Later, Mary and Joseph ride into “Bethle-ha-ha-ham” in search of lodging, only to be turned away.
When the wise men and shepherds arrive to visit the new arrival, Jesus is gifted with stuffed animals, diapers, wipes, milk and Air Jordans. And with, “Gold, Frankenstein, and myrrh,” according to one child.
“I don’t know how it would survive in that barn,” a child comments about the baby Jesus. “Too stinky. Too crowded.”
Hanna Wahlbrink was creative director at Southland Christian Church when she and her team produced the video for the church’s Christmas Eve service in 2015. Years later, the video is filling people across the world with holiday spirit.
“We didn’t ask them to say anything specific,” Wahlbrink said of her adorable cast. “We really wanted the kids to take the lead.”
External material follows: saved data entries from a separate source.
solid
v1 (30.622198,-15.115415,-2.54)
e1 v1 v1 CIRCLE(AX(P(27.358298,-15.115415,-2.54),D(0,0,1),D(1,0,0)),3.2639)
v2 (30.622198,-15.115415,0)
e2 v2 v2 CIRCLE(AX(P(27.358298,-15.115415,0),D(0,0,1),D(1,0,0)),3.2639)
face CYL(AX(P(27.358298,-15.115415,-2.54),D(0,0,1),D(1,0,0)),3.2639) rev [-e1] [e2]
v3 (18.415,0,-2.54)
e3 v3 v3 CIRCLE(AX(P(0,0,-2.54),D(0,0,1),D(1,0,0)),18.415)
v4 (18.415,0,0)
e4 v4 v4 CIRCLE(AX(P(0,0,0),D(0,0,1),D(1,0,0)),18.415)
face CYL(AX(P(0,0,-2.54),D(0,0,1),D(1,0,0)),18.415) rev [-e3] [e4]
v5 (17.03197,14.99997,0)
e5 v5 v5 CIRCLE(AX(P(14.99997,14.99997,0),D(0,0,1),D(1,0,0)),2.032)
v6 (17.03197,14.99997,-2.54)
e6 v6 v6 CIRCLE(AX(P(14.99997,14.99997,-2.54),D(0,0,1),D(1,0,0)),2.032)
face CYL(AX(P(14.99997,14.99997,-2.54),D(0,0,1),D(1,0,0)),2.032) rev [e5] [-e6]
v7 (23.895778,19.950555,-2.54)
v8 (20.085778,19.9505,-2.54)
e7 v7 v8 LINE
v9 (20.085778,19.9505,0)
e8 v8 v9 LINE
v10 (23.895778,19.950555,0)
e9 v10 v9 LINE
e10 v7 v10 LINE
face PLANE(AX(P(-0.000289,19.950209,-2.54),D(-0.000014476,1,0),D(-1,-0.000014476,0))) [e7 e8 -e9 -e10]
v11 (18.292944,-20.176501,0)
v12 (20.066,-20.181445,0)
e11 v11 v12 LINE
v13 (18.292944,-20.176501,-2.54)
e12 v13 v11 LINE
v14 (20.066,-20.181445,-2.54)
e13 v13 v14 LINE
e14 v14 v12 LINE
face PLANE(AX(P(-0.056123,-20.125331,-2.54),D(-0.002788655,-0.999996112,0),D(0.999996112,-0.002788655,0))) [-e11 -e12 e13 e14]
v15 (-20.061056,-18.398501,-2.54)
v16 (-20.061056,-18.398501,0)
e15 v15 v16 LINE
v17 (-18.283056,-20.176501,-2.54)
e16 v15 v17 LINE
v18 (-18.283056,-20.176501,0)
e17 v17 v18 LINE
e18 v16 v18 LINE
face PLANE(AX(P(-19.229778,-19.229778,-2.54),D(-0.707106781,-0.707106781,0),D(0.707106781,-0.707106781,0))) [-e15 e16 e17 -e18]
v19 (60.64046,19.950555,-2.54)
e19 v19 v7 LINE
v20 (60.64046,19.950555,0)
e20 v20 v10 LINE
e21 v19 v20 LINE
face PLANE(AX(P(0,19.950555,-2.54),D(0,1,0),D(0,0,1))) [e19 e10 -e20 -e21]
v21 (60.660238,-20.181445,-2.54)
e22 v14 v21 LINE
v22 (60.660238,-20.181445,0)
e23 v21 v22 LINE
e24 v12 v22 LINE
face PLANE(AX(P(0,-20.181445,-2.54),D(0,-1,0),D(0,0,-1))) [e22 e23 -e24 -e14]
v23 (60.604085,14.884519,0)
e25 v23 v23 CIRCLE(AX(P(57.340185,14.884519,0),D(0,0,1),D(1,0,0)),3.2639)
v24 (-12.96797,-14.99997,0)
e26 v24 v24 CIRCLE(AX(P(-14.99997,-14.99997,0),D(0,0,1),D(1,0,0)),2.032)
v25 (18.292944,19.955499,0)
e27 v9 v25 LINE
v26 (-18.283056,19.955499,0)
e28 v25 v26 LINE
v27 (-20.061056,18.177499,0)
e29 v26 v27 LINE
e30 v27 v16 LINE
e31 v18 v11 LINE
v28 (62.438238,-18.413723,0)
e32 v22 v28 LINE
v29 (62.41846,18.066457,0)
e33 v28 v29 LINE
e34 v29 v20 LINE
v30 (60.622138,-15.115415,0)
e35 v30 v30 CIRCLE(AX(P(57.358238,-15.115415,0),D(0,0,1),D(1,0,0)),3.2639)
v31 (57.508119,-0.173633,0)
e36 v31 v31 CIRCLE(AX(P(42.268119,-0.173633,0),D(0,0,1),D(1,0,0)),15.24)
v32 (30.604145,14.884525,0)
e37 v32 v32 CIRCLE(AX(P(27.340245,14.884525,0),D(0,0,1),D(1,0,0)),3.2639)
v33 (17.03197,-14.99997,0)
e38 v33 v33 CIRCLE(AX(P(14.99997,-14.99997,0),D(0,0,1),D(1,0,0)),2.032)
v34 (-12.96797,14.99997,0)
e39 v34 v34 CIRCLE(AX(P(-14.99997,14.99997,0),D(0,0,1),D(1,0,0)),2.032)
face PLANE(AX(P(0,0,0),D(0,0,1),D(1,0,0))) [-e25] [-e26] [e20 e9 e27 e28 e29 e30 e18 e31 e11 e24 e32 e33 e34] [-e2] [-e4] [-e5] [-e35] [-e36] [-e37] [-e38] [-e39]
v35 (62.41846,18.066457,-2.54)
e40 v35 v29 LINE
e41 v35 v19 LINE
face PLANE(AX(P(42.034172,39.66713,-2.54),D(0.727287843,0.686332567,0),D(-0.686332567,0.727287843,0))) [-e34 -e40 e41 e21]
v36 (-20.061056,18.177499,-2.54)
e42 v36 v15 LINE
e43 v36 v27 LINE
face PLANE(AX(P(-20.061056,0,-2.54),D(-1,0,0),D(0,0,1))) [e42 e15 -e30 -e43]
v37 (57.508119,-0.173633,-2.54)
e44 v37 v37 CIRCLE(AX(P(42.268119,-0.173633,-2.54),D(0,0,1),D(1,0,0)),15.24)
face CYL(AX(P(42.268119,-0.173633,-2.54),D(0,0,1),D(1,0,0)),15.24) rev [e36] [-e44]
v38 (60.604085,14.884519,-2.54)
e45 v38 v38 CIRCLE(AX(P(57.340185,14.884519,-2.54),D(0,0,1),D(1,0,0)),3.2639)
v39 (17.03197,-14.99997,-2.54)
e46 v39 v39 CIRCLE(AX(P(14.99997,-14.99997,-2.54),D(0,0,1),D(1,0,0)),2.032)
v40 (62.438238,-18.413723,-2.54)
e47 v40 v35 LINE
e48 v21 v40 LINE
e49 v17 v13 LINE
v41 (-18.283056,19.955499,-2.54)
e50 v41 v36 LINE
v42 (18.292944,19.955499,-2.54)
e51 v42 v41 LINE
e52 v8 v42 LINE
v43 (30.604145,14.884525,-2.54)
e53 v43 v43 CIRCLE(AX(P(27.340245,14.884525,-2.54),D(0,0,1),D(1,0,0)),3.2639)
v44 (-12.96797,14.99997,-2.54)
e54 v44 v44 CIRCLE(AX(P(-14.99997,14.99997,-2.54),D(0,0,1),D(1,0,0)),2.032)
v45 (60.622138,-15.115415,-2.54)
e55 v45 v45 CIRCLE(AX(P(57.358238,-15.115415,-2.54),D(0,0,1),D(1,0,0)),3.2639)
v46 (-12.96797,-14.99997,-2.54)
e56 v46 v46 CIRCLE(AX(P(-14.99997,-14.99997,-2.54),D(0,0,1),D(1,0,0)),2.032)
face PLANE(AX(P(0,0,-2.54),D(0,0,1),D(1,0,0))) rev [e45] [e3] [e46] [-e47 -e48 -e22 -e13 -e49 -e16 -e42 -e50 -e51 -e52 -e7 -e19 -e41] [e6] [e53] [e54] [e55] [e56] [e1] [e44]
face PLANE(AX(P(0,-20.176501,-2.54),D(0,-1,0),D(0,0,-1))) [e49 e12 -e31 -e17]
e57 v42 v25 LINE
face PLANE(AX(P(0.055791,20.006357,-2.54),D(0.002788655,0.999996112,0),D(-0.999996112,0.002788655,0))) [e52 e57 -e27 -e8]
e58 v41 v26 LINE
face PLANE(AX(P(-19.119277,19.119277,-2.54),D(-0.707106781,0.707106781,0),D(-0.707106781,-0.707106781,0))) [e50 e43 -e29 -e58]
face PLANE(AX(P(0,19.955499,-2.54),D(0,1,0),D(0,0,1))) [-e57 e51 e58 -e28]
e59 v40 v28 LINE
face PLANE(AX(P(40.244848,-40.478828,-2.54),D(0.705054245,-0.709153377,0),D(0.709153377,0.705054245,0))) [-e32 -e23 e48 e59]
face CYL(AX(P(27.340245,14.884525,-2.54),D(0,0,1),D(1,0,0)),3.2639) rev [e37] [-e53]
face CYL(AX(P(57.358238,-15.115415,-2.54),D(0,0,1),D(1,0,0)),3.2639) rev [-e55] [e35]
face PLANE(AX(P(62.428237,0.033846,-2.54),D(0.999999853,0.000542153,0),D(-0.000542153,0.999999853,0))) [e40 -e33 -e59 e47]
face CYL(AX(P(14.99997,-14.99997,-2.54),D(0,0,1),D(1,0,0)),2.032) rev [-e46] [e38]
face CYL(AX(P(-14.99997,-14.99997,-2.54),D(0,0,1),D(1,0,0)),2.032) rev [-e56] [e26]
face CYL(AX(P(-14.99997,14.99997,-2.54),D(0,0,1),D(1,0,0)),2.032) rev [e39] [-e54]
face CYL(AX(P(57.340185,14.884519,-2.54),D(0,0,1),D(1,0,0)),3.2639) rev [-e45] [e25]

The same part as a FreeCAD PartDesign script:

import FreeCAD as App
import Part
import Sketcher
Q = App.Units.Quantity

doc = App.newDocument("Part")
body = doc.addObject("PartDesign::Body", "Body")

sketch1 = doc.addObject("Sketcher::SketchObject", "Sketch")
body.addObject(sketch1)
sketch1.AttachmentSupport = (doc.XY_Plane, [""])
sketch1.MapMode = "FlatFace"
sketch1.addGeometry(Part.LineSegment(App.Vector(23.895778, 19.950555, 0), App.Vector(20.085778, 19.9505, 0)), False)
sketch1.addGeometry(Part.LineSegment(App.Vector(20.085778, 19.9505, 0), App.Vector(18.292944, 19.955499, 0)), False)
sketch1.addGeometry(Part.LineSegment(App.Vector(18.292944, 19.955499, 0), App.Vector(-18.283056, 19.955499, 0)), False)
sketch1.addGeometry(Part.LineSegment(App.Vector(-18.283056, 19.955499, 0), App.Vector(-20.061056, 18.177499, 0)), False)
sketch1.addGeometry(Part.LineSegment(App.Vector(-20.061056, 18.177499, 0), App.Vector(-20.061056, -18.398501, 0)), False)
sketch1.addGeometry(Part.LineSegment(App.Vector(-20.061056, -18.398501, 0), App.Vector(-18.283056, -20.176501, 0)), False)
sketch1.addGeometry(Part.LineSegment(App.Vector(-18.283056, -20.176501, 0), App.Vector(18.292944, -20.176501, 0)), False)
sketch1.addGeometry(Part.LineSegment(App.Vector(18.292944, -20.176501, 0), App.Vector(20.066, -20.181445, 0)), False)
sketch1.addGeometry(Part.LineSegment(App.Vector(20.066, -20.181445, 0), App.Vector(60.660238, -20.181445, 0)), False)
sketch1.addGeometry(Part.LineSegment(App.Vector(60.660238, -20.181445, 0), App.Vector(62.438238, -18.413723, 0)), False)
sketch1.addGeometry(Part.LineSegment(App.Vector(62.438238, -18.413723, 0), App.Vector(62.41846, 18.066457, 0)), False)
sketch1.addGeometry(Part.LineSegment(App.Vector(62.41846, 18.066457, 0), App.Vector(60.64046, 19.950555, 0)), False)
sketch1.addGeometry(Part.LineSegment(App.Vector(60.64046, 19.950555, 0), App.Vector(23.895778, 19.950555, 0)), False)
sketch1.addGeometry(Part.Circle(App.Vector(-14.99997, -14.99997, 0), App.Vector(0, 0, 1), 2.032), False)
sketch1.addGeometry(Part.Circle(App.Vector(14.99997, -14.99997, 0), App.Vector(0, 0, 1), 2.032), False)
sketch1.addGeometry(Part.Circle(App.Vector(0, 0, 0), App.Vector(0, 0, 1), 18.415), False)
sketch1.addGeometry(Part.Circle(App.Vector(27.358298, -15.115415, 0), App.Vector(0, 0, 1), 3.2639), False)
sketch1.addGeometry(Part.Circle(App.Vector(57.358238, -15.115415, 0), App.Vector(0, 0, 1), 3.2639), False)
sketch1.addGeometry(Part.Circle(App.Vector(42.268119, -0.173633, 0), App.Vector(0, 0, 1), 15.24), False)
sketch1.addGeometry(Part.Circle(App.Vector(-14.99997, 14.99997, 0), App.Vector(0, 0, 1), 2.032), False)
sketch1.addGeometry(Part.Circle(App.Vector(14.99997, 14.99997, 0), App.Vector(0, 0, 1), 2.032), False)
Another child says she believes the new baby will “change the world,” while another comments that she thinks Joseph looked at his son and exclaimed, “I love you, and you’re the best baby I’ve ever seen. There. I said it.”
It’s cute comments like these that Neil Gregory, a video producer for the church, said they were secretly hoping to get.
“We really didn’t want to script it because we knew the kids would give us better sound bites than anything we could come up with on our own,” said Gregory. “And they did.”
Wahlbrink said Southland Christian Church has been contacted by people from all over the U.S., as well as Canada and Australia — who said that the video warmed their hearts and made them smile, regardless of their religious affiliation.
“We’re reaching people in a different way that we ever expected,” Wahlbrink told TODAY Parents.